It’s always easy to get caught in Hawaii’s tourism money trap. Here are 15 creative ways that run the gamut to help you reduce costs. Save on airfare, accommodations, ground transportation and on popular activities. Plus some updated tips and tricks that you may not have thought of. We look forward to more ideas from our savvy readers who are often the inspiration for own money saving ideas.
1. Travel during the off-season when you can. Even coming in the shoulder seasons, like the 2nd half of August, can result in far lower costs across the board, plus reduced crowding. The most expensive times to visit Hawaii are over the Christmas holidays, followed by summer (June 15 to August 15) followed by spring break.
2. Plan far ahead for peak season or be spontaneous and wait for Hawaii deals. Everything you might want to know and more is found on our Cheapest Time to Fly to Hawaii post. Airlines know that most people plan 3-6 months in advance. If you are not in peak season, our best advice is to wait it out for Hawaii deals that may happen within one to three months before travel. You can always have pre-arranged car and hotel reservations that can be cancelled.

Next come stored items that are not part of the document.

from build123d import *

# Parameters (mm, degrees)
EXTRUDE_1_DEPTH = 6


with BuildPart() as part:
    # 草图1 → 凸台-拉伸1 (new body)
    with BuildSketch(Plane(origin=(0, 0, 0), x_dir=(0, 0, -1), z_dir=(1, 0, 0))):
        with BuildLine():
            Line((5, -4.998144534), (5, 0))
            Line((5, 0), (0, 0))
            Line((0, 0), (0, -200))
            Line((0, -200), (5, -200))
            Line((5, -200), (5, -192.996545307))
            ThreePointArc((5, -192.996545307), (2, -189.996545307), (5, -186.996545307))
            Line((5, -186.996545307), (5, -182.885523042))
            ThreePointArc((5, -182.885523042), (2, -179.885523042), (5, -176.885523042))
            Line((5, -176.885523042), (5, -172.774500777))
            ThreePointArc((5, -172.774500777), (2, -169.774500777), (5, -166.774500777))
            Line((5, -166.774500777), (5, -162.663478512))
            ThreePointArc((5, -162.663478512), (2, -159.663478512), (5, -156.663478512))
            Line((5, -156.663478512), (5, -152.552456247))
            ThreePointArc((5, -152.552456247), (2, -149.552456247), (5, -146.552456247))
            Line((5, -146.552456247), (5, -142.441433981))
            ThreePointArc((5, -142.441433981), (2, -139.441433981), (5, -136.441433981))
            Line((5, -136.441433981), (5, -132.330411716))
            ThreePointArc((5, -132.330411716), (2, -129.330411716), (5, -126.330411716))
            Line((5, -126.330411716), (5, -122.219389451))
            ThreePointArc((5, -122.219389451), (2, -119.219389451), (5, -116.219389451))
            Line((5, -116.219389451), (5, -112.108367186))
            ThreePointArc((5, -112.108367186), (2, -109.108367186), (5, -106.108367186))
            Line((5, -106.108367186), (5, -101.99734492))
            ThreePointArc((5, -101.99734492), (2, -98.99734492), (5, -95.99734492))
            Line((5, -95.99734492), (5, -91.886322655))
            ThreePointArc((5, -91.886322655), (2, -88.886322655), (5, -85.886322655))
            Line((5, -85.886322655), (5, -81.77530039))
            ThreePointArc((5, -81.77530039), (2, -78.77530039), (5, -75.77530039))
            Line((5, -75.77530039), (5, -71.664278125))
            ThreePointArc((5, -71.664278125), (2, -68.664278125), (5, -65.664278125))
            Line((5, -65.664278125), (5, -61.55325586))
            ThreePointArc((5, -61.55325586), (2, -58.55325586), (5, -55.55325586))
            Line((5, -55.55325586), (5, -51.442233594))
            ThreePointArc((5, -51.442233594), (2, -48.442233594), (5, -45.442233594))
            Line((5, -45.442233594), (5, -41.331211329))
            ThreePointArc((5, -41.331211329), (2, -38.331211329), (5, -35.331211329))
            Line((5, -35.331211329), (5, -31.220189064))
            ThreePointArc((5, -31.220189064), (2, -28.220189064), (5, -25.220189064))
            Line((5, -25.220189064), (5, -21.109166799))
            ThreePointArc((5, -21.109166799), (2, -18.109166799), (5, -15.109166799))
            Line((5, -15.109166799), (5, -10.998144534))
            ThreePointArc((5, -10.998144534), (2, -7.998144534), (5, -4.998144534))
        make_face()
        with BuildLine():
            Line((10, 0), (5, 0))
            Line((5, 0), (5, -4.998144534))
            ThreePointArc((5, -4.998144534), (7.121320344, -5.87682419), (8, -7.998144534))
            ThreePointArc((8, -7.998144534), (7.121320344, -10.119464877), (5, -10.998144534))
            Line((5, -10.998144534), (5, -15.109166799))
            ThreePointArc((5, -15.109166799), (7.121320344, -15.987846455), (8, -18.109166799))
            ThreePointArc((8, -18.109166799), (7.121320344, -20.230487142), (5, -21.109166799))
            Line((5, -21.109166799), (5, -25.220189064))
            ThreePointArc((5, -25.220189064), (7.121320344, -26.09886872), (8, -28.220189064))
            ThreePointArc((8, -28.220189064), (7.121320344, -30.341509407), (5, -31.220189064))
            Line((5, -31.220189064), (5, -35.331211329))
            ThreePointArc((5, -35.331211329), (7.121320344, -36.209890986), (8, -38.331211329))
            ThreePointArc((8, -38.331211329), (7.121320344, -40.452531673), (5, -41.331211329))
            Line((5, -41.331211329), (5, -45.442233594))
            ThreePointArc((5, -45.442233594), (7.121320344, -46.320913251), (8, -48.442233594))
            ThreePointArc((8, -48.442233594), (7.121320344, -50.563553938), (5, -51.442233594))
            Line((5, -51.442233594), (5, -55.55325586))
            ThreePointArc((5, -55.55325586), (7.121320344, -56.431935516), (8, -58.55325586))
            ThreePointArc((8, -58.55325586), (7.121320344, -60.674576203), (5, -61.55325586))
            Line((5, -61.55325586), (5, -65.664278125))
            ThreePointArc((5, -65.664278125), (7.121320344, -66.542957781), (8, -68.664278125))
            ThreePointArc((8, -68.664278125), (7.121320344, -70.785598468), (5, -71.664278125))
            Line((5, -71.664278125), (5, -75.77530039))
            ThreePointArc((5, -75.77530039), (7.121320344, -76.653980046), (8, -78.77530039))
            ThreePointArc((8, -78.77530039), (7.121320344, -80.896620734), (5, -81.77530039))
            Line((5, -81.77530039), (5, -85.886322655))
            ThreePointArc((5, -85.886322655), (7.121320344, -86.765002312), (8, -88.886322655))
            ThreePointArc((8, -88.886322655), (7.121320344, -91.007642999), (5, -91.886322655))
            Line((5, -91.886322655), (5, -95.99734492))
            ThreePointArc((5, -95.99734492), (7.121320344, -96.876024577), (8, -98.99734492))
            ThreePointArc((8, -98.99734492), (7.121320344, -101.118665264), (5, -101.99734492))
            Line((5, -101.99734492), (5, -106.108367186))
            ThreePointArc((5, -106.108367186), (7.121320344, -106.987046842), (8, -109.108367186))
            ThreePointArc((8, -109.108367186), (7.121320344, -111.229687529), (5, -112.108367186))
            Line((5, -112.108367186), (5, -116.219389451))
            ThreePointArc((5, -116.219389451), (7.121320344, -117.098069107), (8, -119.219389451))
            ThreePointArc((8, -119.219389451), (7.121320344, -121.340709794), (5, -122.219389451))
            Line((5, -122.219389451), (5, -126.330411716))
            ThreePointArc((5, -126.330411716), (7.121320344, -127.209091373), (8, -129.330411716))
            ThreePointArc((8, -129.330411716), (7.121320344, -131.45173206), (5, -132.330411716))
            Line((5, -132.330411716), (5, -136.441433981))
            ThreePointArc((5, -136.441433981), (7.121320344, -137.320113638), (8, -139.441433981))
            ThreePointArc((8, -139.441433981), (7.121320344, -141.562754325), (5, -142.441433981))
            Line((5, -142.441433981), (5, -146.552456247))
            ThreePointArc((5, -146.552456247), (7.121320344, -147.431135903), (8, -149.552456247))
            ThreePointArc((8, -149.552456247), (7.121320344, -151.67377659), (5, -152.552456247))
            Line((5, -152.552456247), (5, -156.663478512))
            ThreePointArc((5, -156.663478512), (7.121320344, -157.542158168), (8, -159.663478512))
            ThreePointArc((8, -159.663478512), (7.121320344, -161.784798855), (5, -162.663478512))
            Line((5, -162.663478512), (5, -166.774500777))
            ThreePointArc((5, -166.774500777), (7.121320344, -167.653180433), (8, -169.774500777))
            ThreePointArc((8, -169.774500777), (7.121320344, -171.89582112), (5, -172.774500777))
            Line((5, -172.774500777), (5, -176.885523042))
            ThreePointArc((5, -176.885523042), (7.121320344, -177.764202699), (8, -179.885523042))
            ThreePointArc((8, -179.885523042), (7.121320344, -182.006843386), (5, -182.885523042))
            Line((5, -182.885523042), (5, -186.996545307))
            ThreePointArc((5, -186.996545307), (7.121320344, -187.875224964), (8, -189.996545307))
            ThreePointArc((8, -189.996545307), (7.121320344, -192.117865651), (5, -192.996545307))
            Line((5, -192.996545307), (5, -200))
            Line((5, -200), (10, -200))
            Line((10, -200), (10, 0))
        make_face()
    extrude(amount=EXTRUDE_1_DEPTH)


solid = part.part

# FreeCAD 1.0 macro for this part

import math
import FreeCAD as App
import Part
import Sketcher
Q = App.Units.Quantity

doc = App.newDocument("Part")
body = doc.addObject("PartDesign::Body", "Body")

sketch1 = doc.addObject("Sketcher::SketchObject", "Sketch")
body.addObject(sketch1)
sketch1.AttachmentSupport = (doc.YZ_Plane, [""])
sketch1.MapMode = "FlatFace"
sketch1.addGeometry(Part.LineSegment(App.Vector(0, 0, 0), App.Vector(-200, 0, 0)), False)
sketch1.addGeometry(Part.LineSegment(App.Vector(-200, 0, 0), App.Vector(-200, -10, 0)), False)
sketch1.addGeometry(Part.LineSegment(App.Vector(-200, -10, 0), App.Vector(0, -10, 0)), False)
sketch1.addGeometry(Part.LineSegment(App.Vector(0, -10, 0), App.Vector(0, 0, 0)), False)
sketch1.addGeometry(Part.ArcOfCircle(Part.Circle(App.Vector(-190, -5, 0), App.Vector(0, 0, 1), 3), math.radians(0), math.radians(180)), False)
sketch1.addGeometry(Part.ArcOfCircle(Part.Circle(App.Vector(-190, -5, 0), App.Vector(0, 0, 1), 3), math.radians(-90), math.radians(0)), False)
sketch1.addGeometry(Part.ArcOfCircle(Part.Circle(App.Vector(-190, -5, 0), App.Vector(0, 0, 1), 3), math.radians(180), math.radians(270)), False)
sketch1.addGeometry(Part.ArcOfCircle(Part.Circle(App.Vector(-179.9, -5, 0), App.Vector(0, 0, 1), 3), math.radians(0), math.radians(180)), False)
sketch1.addGeometry(Part.ArcOfCircle(Part.Circle(App.Vector(-179.9, -5, 0), App.Vector(0, 0, 1), 3), math.radians(-90), math.radians(0)), False)
sketch1.addGeometry(Part.ArcOfCircle(Part.Circle(App.Vector(-179.9, -5, 0), App.Vector(0, 0, 1), 3), math.radians(180), math.radians(270)), False)
sketch1.addGeometry(Part.ArcOfCircle(Part.Circle(App.Vector(-169.8, -5, 0), App.Vector(0, 0, 1), 3), math.radians(0), math.radians(180)), False)
sketch1.addGeometry(Part.ArcOfCircle(Part.Circle(App.Vector(-169.8, -5, 0), App.Vector(0, 0, 1), 3), math.radians(-90), math.radians(0)), False)
sketch1.addGeometry(Part.ArcOfCircle(Part.Circle(App.Vector(-169.8, -5, 0), App.Vector(0, 0, 1), 3), math.radians(180), math.radians(270)), False)
sketch1.addGeometry(Part.ArcOfCircle(Part.Circle(App.Vector(-159.7, -5, 0), App.Vector(0, 0, 1), 3), math.radians(0), math.radians(180)), False)
sketch1.addGeometry(Part.ArcOfCircle(Part.Circle(App.Vector(-159.7, -5, 0), App.Vector(0, 0, 1), 3), math.radians(-90), math.radians(0)), False)
sketch1.addGeometry(Part.ArcOfCircle(Part.Circle(App.Vector(-159.7, -5, 0), App.Vector(0, 0, 1), 3), math.radians(180), math.radians(270)), False)
sketch1.addGeometry(Part.ArcOfCircle(Part.Circle(App.Vector(-149.6, -5, 0), App.Vector(0, 0, 1), 3), math.radians(0), math.radians(180)), False)
sketch1.addGeometry(Part.ArcOfCircle(Part.Circle(App.Vector(-149.6, -5, 0), App.Vector(0, 0, 1), 3), math.radians(-90), math.radians(0)), False)
sketch1.addGeometry(Part.ArcOfCircle(Part.Circle(App.Vector(-149.6, -5, 0), App.Vector(0, 0, 1), 3), math.radians(180), math.radians(270)), False)
sketch1.addGeometry(Part.ArcOfCircle(Part.Circle(App.Vector(-139.4, -5, 0), App.Vector(0, 0, 1), 3), math.radians(0), math.radians(180)), False)
sketch1.addGeometry(Part.ArcOfCircle(Part.Circle(App.Vector(-139.4, -5, 0), App.Vector(0, 0, 1), 3), math.radians(-90), math.radians(0)), False)
sketch1.addGeometry(Part.ArcOfCircle(Part.Circle(App.Vector(-139.4, -5, 0), App.Vector(0, 0, 1), 3), math.radians(180), math.radians(270)), False)
sketch1.addGeometry(Part.ArcOfCircle(Part.Circle(App.Vector(-129.3, -5, 0), App.Vector(0, 0, 1), 3), math.radians(0), math.radians(180)), False)
sketch1.addGeometry(Part.ArcOfCircle(Part.Circle(App.Vector(-129.3, -5, 0), App.Vector(0, 0, 1), 3), math.radians(-90), math.radians(0)), False)
sketch1.addGeometry(Part.ArcOfCircle(Part.Circle(App.Vector(-129.3, -5, 0), App.Vector(0, 0, 1), 3), math.radians(180), math.radians(270)), False)
sketch1.addGeometry(Part.ArcOfCircle(Part.Circle(App.Vector(-119.2, -5, 0), App.Vector(0, 0, 1), 3), math.radians(0), math.radians(180)), False)
sketch1.addGeometry(Part.ArcOfCircle(Part.Circle(App.Vector(-119.2, -5, 0), App.Vector(0, 0, 1), 3), math.radians(-90), math.radians(0)), False)
sketch1.addGeometry(Part.ArcOfCircle(Part.Circle(App.Vector(-119.2, -5, 0), App.Vector(0, 0, 1), 3), math.radians(180), math.radians(270)), False)
sketch1.addGeometry(Part.ArcOfCircle(Part.Circle(App.Vector(-109.1, -5, 0), App.Vector(0, 0, 1), 3), math.radians(0), math.radians(180)), False)
sketch1.addGeometry(Part.ArcOfCircle(Part.Circle(App.Vector(-109.1, -5, 0), App.Vector(0, 0, 1), 3), math.radians(-90), math.radians(0)), False)
sketch1.addGeometry(Part.ArcOfCircle(Part.Circle(App.Vector(-109.1, -5, 0), App.Vector(0, 0, 1), 3), math.radians(180), math.radians(270)), False)
sketch1.addGeometry(Part.ArcOfCircle(Part.Circle(App.Vector(-99, -5, 0), App.Vector(0, 0, 1), 3), math.radians(0), math.radians(180)), False)
sketch1.addGeometry(Part.ArcOfCircle(Part.Circle(App.Vector(-99, -5, 0), App.Vector(0, 0, 1), 3), math.radians(-90), math.radians(0)), False)
sketch1.addGeometry(Part.ArcOfCircle(Part.Circle(App.Vector(-99, -5, 0), App.Vector(0, 0, 1), 3), math.radians(180), math.radians(270)), False)
sketch1.addGeometry(Part.ArcOfCircle(Part.Circle(App.Vector(-88.9, -5, 0), App.Vector(0, 0, 1), 3), math.radians(0), math.radians(180)), False)
sketch1.addGeometry(Part.ArcOfCircle(Part.Circle(App.Vector(-88.9, -5, 0), App.Vector(0, 0, 1), 3), math.radians(-90), math.radians(0)), False)
sketch1.addGeometry(Part.ArcOfCircle(Part.Circle(App.Vector(-88.9, -5, 0), App.Vector(0, 0, 1), 3), math.radians(180), math.radians(270)), False)
sketch1.addGeometry(Part.ArcOfCircle(Part.Circle(App.Vector(-78.8, -5, 0), App.Vector(0, 0, 1), 3), math.radians(0), math.radians(180)), False)
sketch1.addGeometry(Part.ArcOfCircle(Part.Circle(App.Vector(-78.8, -5, 0), App.Vector(0, 0, 1), 3), math.radians(-90), math.radians(0)), False)
sketch1.addGeometry(Part.ArcOfCircle(Part.Circle(App.Vector(-78.8, -5, 0), App.Vector(0, 0, 1), 3), math.radians(180), math.radians(270)), False)
sketch1.addGeometry(Part.ArcOfCircle(Part.Circle(App.Vector(-68.7, -5, 0), App.Vector(0, 0, 1), 3), math.radians(0), math.radians(180)), False)
sketch1.addGeometry(Part.ArcOfCircle(Part.Circle(App.Vector(-68.7, -5, 0), App.Vector(0, 0, 1), 3), math.radians(-90), math.radians(0)), False)
sketch1.addGeometry(Part.ArcOfCircle(Part.Circle(App.Vector(-68.7, -5, 0), App.Vector(0, 0, 1), 3), math.radians(180), math.radians(270)), False)
sketch1.addGeometry(Part.ArcOfCircle(Part.Circle(App.Vector(-58.6, -5, 0), App.Vector(0, 0, 1), 3), math.radians(0), math.radians(180)), False)
sketch1.addGeometry(Part.ArcOfCircle(Part.Circle(App.Vector(-58.6, -5, 0), App.Vector(0, 0, 1), 3), math.radians(-90), math.radians(0)), False)
sketch1.addGeometry(Part.ArcOfCircle(Part.Circle(App.Vector(-58.6, -5, 0), App.Vector(0, 0, 1), 3), math.radians(180), math.radians(270)), False)
sketch1.addGeometry(Part.ArcOfCircle(Part.Circle(App.Vector(-48.4, -5, 0), App.Vector(0, 0, 1), 3), math.radians(0), math.radians(180)), False)
sketch1.addGeometry(Part.ArcOfCircle(Part.Circle(App.Vector(-48.4, -5, 0), App.Vector(0, 0, 1), 3), math.radians(-90), math.radians(0)), False)
sketch1.addGeometry(Part.ArcOfCircle(Part.Circle(App.Vector(-48.4, -5, 0), App.Vector(0, 0, 1), 3), math.radians(180), math.radians(270)), False)
sketch1.addGeometry(Part.ArcOfCircle(Part.Circle(App.Vector(-38.3, -5, 0), App.Vector(0, 0, 1), 3), math.radians(0), math.radians(180)), False)
sketch1.addGeometry(Part.ArcOfCircle(Part.Circle(App.Vector(-38.3, -5, 0), App.Vector(0, 0, 1), 3), math.radians(-90), math.radians(0)), False)
sketch1.addGeometry(Part.ArcOfCircle(Part.Circle(App.Vector(-38.3, -5, 0), App.Vector(0, 0, 1), 3), math.radians(180), math.radians(270)), False)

3. Look for vacation packages. This is an area where we’ll take your guidance. Some people prefer the ease of packages, but do they really save money? Places like Hawaiian Airlines vacations packages and Pleasant Holidays are very popular one-stop places to look for complete Hawaii vacations.
4. Consider travel insurance but not through an airline, tour company or cruise ship. Start shopping within a few days of making your first trip reservation as waiting results in reduced coverage. Consider how much money is at risk and how much you are willing to lose in the event of a trip cancellation, early termination or the upcoming possible Hawaiian Airlines strike? Shop around for the best insurance for your specific needs and do not buy on a whim. You need to do your homework in order to avoid throwing away money and perhaps even then not getting the coverage you need.
5. Be creative in buying Hawaii activities. Go to the vendors’ website and you may find online deals for a direct booking. We have seen this many times for boat tours, restaurants. Even get 10% off the Polynesian Cultural Center.
6. If you’re coming here to celebrate, be sure to mention it. Birthdays, honeymoons and anniversaries may all qualify for that potential upgrade or other perk. Keep in mind, however, that it doesn’t always work, and it has been tried oh so many times.
7. Check restaurant websites and Yelp too. Some restaurants have discounted menus on certain days of the week or for early diners. We’ve also found discounts and freebies for Hawaii restaurants on Yelp.
8. How far are you willing to drive to save money on airfare? Consider neighbor airports. One example is San Jose and another is San Diego. Both frequently have great Hawaii deals on airfare when compared with neighboring airports.
9. Plan a 7-Day Cruise on NCL Pride of America. See four islands and have your meals and accommodations covered in one price. We did this cruise 2 years ago and loved it. This summer we go back again to report on the ship’s recent renovation. The food is great by the way and I’m not easy to please.
10. Subscribe in order to track airfares changes quickly. Our Hawaii-only airfare deal reporting is the standard for Hawaii travel deals. Subscribe to our free email updates and never miss a Hawaii deal.
11. In Honolulu, if you aren’t going to rent a car, consider in advance how to get from the airport into town. The Bus is definitely the cheapest way at $2.50 if you don’t have over sized luggage. There will be a rail system in the near future. Otherwise, your choices are taxis, shuttles or tour buses, none of which come cheap. See our latest guide to cheap Hawaii car rentals.
12. Car rental prices can be all over the map. Look at our recent article Ten ways to save money on Hawaii car rentals. And by the way, don’t forget to check the gas. Our last rental came to us with a nearly empty tank, but I was so busy looking for dings that I forgot to check the gas until well after I’d left the rental lot.
13. Travel with a nylon duffel bag. Especially if we’re traveling with only a carry-on, this can be helpful when buying too much on the trip and needing to check a bag on the return. Another trick is to buy an inexpensive Rubbermaid tote and use that instead of a suitcase on the return. They are sure useful at home, and we have collected quite a number of them from this trick.
14. Hawaii is replete with wonderful and abundant free activities. Take advantage of them from hiking to beaches to incredible Hawaii sunsets.
15. Purchase a buffet breakfast at your hotel. Many Hawaii hotels offer lavish buffets where you can eat enough to only need to buy dinner. Find out in advance what’s offered. When purchased with a room rate, these can often be had at about half the cost of buying them at the restaurant once you’ve arrived.